Provides direct access to the MemoryBlock object that manages the buffer’s contiguous memory allocation. Useful for advanced memory management operations.

Returns:: Reference to the internal MemoryBlock

inline void swap_data(Buffer &other)¶

Swaps data with another buffer without copying.

Efficiently exchanges the data content between this buffer and another buffer of the same dimensions. This is a zero-copy operation that only swaps pointers. Both buffers must have identical channel count and sample count.

Note

Buffers must have identical dimensions for the swap to succeed

Parameters:: other – The buffer to swap data with

inline void swap_data(MemoryBlock<T> &other)¶

Swaps data with a MemoryBlock without copying.

Efficiently exchanges the data content between this buffer and a MemoryBlock. The MemoryBlock must have the same total size as this buffer’s allocated memory. Channel pointers are automatically updated after the swap.

Note

The MemoryBlock size must match this buffer’s total allocated size

Parameters:: other – The MemoryBlock to swap data with

inline void swap_data(T *&data, size_t size)¶

Swaps data with a raw memory pointer without copying.

Efficiently exchanges the data content between this buffer and raw memory. The provided memory must have the same total size as this buffer’s allocated memory. Channel pointers are automatically updated after the swap.

Note

The memory size must match this buffer’s total allocated size

Parameters:

data – Pointer to the raw memory to swap with
size – Size of the raw memory in number of elements

inline void reset_channel_ptr()¶

Resets channel pointers to point to the correct memory locations.

Updates all channel pointers to point to their correct positions within the contiguous data block. This method is called automatically after operations that might change the underlying memory layout.

inline T get_sample(size_t channel, size_t sample_index) const¶

Gets a single sample value from the buffer.

Retrieves the sample value at the specified channel and sample position. This method provides bounds-safe access to individual samples.

Parameters:

channel – The channel index (0-based)
sample_index – The sample index within the channel (0-based)

Returns:

The sample value at the specified position

inline void set_sample(size_t channel, size_t sample_index, T value)¶

Sets a single sample value in the buffer.
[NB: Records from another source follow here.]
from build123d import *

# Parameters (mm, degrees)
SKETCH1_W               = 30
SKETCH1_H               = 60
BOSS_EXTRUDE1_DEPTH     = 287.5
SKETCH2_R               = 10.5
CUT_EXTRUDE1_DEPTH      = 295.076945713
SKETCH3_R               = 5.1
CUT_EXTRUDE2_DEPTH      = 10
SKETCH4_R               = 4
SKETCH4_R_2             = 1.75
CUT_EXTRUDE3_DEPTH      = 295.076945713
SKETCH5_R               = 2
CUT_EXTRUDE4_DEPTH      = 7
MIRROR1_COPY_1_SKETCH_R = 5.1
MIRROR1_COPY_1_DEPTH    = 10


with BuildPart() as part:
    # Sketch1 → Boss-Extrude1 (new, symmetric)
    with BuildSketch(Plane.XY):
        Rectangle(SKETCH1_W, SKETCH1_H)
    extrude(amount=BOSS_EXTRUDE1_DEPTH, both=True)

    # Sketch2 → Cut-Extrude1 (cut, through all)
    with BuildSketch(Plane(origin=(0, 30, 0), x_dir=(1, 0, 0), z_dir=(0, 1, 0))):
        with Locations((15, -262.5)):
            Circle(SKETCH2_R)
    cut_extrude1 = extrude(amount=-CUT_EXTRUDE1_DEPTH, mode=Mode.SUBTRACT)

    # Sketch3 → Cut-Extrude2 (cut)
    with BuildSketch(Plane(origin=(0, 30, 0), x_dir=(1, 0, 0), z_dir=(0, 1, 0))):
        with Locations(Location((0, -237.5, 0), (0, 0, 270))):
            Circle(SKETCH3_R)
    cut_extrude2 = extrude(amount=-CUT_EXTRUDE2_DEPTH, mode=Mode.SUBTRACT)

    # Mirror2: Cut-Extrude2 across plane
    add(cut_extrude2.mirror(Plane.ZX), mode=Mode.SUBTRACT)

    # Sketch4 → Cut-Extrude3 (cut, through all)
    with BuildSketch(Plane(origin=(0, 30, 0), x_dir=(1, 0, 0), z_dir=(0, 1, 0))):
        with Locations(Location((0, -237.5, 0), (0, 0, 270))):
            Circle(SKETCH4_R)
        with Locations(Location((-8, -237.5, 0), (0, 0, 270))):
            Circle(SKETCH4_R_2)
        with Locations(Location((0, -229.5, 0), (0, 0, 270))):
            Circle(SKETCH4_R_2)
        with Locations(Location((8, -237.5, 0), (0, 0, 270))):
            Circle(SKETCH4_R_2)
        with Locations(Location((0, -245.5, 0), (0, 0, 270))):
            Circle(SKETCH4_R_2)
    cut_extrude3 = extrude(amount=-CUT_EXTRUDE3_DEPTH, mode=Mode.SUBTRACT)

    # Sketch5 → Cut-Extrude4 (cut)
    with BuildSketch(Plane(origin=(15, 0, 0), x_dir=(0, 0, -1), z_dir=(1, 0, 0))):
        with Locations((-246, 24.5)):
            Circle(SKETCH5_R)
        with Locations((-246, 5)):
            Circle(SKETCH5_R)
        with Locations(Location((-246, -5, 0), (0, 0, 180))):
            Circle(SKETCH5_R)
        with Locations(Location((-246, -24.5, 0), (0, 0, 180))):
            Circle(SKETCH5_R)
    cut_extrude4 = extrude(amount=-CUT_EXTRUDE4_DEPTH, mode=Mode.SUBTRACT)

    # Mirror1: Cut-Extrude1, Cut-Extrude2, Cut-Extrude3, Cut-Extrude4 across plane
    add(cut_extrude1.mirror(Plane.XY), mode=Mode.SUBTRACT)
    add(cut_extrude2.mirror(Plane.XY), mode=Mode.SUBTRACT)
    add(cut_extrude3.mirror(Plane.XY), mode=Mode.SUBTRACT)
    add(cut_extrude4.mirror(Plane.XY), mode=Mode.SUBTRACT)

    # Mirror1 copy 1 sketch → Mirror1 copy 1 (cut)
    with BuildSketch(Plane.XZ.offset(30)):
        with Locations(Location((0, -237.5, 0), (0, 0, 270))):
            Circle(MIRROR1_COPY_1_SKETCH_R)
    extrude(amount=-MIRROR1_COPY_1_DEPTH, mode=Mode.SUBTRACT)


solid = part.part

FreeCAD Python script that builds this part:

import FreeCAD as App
import Part
import Sketcher


def add_polygon(sketch, points):
    """Adds a closed chain of lines whose ends are joined by coincident constraints."""
    first, n = sketch.GeometryCount, len(points)
    for a, b in zip(points, points[1:] + points[:1]):
        sketch.addGeometry(Part.LineSegment(App.Vector(*a, 0), App.Vector(*b, 0)), False)
    for i in range(n):
        sketch.addConstraint(Sketcher.Constraint("Coincident", first + i, 2, first + (i + 1) % n, 1))

doc = App.newDocument("Part")
body = doc.addObject("PartDesign::Body", "Body")

sketch1 = body.newObject("Sketcher::SketchObject", "Sketch")
sketch1.AttachmentSupport = (doc.getObject("XY_Plane"), [""])
sketch1.MapMode = "FlatFace"
add_polygon(sketch1, [(-15, 30), (-15, -30), (15, -30), (15, 30)])
sketch1.addConstraint(Sketcher.Constraint("Vertical", 0))
sketch1.addConstraint(Sketcher.Constraint("Horizontal", 1))
sketch1.addConstraint(Sketcher.Constraint("Vertical", 2))
sketch1.addConstraint(Sketcher.Constraint("Horizontal", 3))
sketch1.addConstraint(Sketcher.Constraint("Symmetric", 0, 2, 2, 2, -1, 1))
sketch1.addConstraint(Sketcher.Constraint("DistanceX", 1, 1, 1, 2, 30.0))
sketch1.addConstraint(Sketcher.Constraint("DistanceY", 0, 2, 0, 1, 60.0))
pad1 = body.newObject("PartDesign::Pad", "Pad")
pad1.Profile = sketch1
pad1.Length = 575
pad1.Midplane = True

sketch2 = body.newObject("Sketcher::SketchObject", "Sketch001")
sketch2.AttachmentSupport = (doc.getObject("XZ_Plane"), [""])
sketch2.MapMode = "FlatFace"
sketch2.AttachmentOffset = App.Placement(App.Vector(0, 0, -30), App.Rotation())
sketch2.addGeometry(Part.Circle(App.Vector(15, 262, 0), App.Vector(0, 0, 1), 10), False)
sketch2.addConstraint(Sketcher.Constraint("Diameter", 0, 21.0))
sketch2.addConstraint(Sketcher.Constraint("DistanceX", -1, 1, 0, 3, 15.0))
sketch2.addConstraint(Sketcher.Constraint("DistanceY", -1, 1, 0, 3, 262.5))
pocket1 = body.newObject("PartDesign::Pocket", "Pocket")
pocket1.Profile = sketch2
pocket1.Type = "ThroughAll"
pocket1.Reversed = True

sketch3 = body.newObject("Sketcher::SketchObject", "Sketch002")
sketch3.AttachmentSupport = (doc.getObject("XZ_Plane"), [""])
sketch3.MapMode = "FlatFace"
sketch3.AttachmentOffset = App.Placement(App.Vector(0, 0, -30), App.Rotation())
sketch3.addGeometry(Part.Circle(App.Vector(0, 238, 0), App.Vector(0, 0, 1), 5), False)
sketch3.addConstraint(Sketcher.Constraint("PointOnObject", 0, 3, -2))
sketch3.addConstraint(Sketcher.Constraint("Diameter", 0, 10.2))
sketch3.addConstraint(Sketcher.Constraint("DistanceY", -1, 1, 0, 3, 237.5))
pocket2 = body.newObject("PartDesign::Pocket", "Pocket001")
pocket2.Profile = sketch3
pocket2.Length = 10
pocket2.Reversed = True
doc.recompute()

mirrored = body.newObject("PartDesign::Mirrored", "Mirrored")
mirrored.Originals = [pocket2]
mirrored.MirrorPlane = (doc.getObject("XZ_Plane"), [""])
body.Tip = mirrored

sketch4 = body.newObject("Sketcher::SketchObject", "Sketch003")
sketch4.AttachmentSupport = (doc.getObject("XZ_Plane"), [""])
sketch4.MapMode = "FlatFace"
sketch4.AttachmentOffset = App.Placement(App.Vector(0, 0, -30), App.Rotation())
sketch4.addGeometry(Part.Circle(App.Vector(0, 237.5, 0), App.Vector(0, 0, 1), 4), False)
sketch4.addGeometry(Part.Circle(App.Vector(-8, 237.5, 0), App.Vector(0, 0, 1), 1.8), False)
sketch4.addGeometry(Part.Circle(App.Vector(0, 229.5, 0), App.Vector(0, 0, 1), 1.8), False)
sketch4.addGeometry(Part.Circle(App.Vector(8, 237.5, 0), App.Vector(0, 0, 1), 1.8), False)
sketch4.addGeometry(Part.Circle(App.Vector(0, 245.5, 0), App.Vector(0, 0, 1), 1.8), False)
sketch4.addConstraint(Sketcher.Constraint("Equal", 1, 2))
sketch4.addConstraint(Sketcher.Constraint("Equal", 2, 3))
sketch4.addConstraint(Sketcher.Constraint("Equal", 3, 4))
sketch4.addConstraint(Sketcher.Constraint("Symmetric", 1, 3, 3, 3, -2))
sketch4.addConstraint(Sketcher.Constraint("PointOnObject", 0, 3, -2))
sketch4.addConstraint(Sketcher.Constraint("PointOnObject", 2, 3, -2))
sketch4.addConstraint(Sketcher.Constraint("PointOnObject", 4, 3, -2))
sketch4.addConstraint(Sketcher.Constraint("Horizontal", 0, 3, 1, 3))
sketch4.addConstraint(Sketcher.Constraint("Diameter", 0, 8.0))
sketch4.addConstraint(Sketcher.Constraint("Diameter", 1, 3.5))
sketch4.addConstraint(Sketcher.Constraint("DistanceX", 1, 3, -1, 1, 8.0))
sketch4.addConstraint(Sketcher.Constraint("DistanceY", 2, 3, 0, 3, 8.0))
sketch4.addConstraint(Sketcher.Constraint("DistanceY", 0, 3, 4, 3, 8.0))
sketch4.addConstraint(Sketcher.Constraint("DistanceY", -1, 1, 0, 3, 237.5))
pocket3 = body.newObject("PartDesign::Pocket", "Pocket002")
pocket3.Profile = sketch4
pocket3.Type = "ThroughAll"
pocket3.Reversed = True

sketch5 = body.newObject("Sketcher::SketchObject", "Sketch004")
sketch5.AttachmentSupport = (doc.getObject("YZ_Plane"), [""])
sketch5.MapMode = "FlatFace"
sketch5.AttachmentOffset = App.Placement(App.Vector(0, 0, 15), App.Rotation())
sketch5.addGeometry(Part.Circle(App.Vector(24.5, 246, 0), App.Vector(0, 0, 1), 2), False)
sketch5.addGeometry(Part.Circle(App.Vector(5, 246, 0), App.Vector(0, 0, 1), 2), False)
sketch5.addGeometry(Part.Circle(App.Vector(-5, 246, 0), App.Vector(0, 0, 1), 2), False)
sketch5.addGeometry(Part.Circle(App.Vector(-24.5, 246, 0), App.Vector(0, 0, 1), 2), False)
sketch5.addConstraint(Sketcher.Constraint("Equal", 0, 1))
sketch5.addConstraint(Sketcher.Constraint("Equal", 1, 2))
sketch5.addConstraint(Sketcher.Constraint("Equal", 2, 3))
sketch5.addConstraint(Sketcher.Constraint("Symmetric", 1, 3, 2, 3, -2))
sketch5.addConstraint(Sketcher.Constraint("Symmetric", 0, 3, 3, 3, -2))
sketch5.addConstraint(Sketcher.Constraint("Horizontal", 0, 3, 1, 3))
sketch5.addConstraint(Sketcher.Constraint("Diameter", 0, 4.0))
sketch5.addConstraint(Sketcher.Constraint("DistanceY", -1, 1, 0, 3, 246.0))
sketch5.addConstraint(Sketcher.Constraint("DistanceX", -1, 1, 1, 3, 5.0))
sketch5.addConstraint(Sketcher.Constraint("DistanceX", 3, 3, 0, 3, 49.0))
pocket4 = body.newObject("PartDesign::Pocket", "Pocket003")
pocket4.Profile = sketch5
pocket4.Length = 7
doc.recompute()

mirrored2 = body.newObject("PartDesign::Mirrored", "Mirrored001")
mirrored2.Originals = [pocket1, pocket2, pocket3, pocket4]
mirrored2.MirrorPlane = (doc.getObject("XY_Plane"), [""])
body.Tip = mirrored2

sketch6 = body.newObject("Sketcher::SketchObject", "Sketch005")
sketch6.AttachmentSupport = (doc.getObject("XZ_Plane"), [""])
sketch6.MapMode = "FlatFace"
sketch6.AttachmentOffset = App.Placement(App.Vector(0, 0, 30), App.Rotation())
sketch6.addGeometry(Part.Circle(App.Vector(0, -238, 0), App.Vector(0, 0, 1), 5), False)
sketch6.addConstraint(Sketcher.Constraint("PointOnObject", 0, 3, -2))
sketch6.addConstraint(Sketcher.Constraint("Diameter", 0, 10.2))
sketch6.addConstraint(Sketcher.Constraint("DistanceY", 0, 3, -1, 1, 237.5))
pocket5 = body.newObject("PartDesign::Pocket", "Pocket004")
pocket5.Profile = sketch6
pocket5.Length = 10

doc.recompute()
Writes a sample value to the specified channel and sample position. This method provides bounds-safe access for modifying individual samples.

Parameters:

channel – The channel index (0-based)
sample_index – The sample index within the channel (0-based)
value – The sample value to write

inline void clear()¶

Clears the buffer by setting all samples to zero.

Efficiently zeros out all audio data in the buffer across all channels. This operation is optimized for performance and is safe to call in real-time contexts.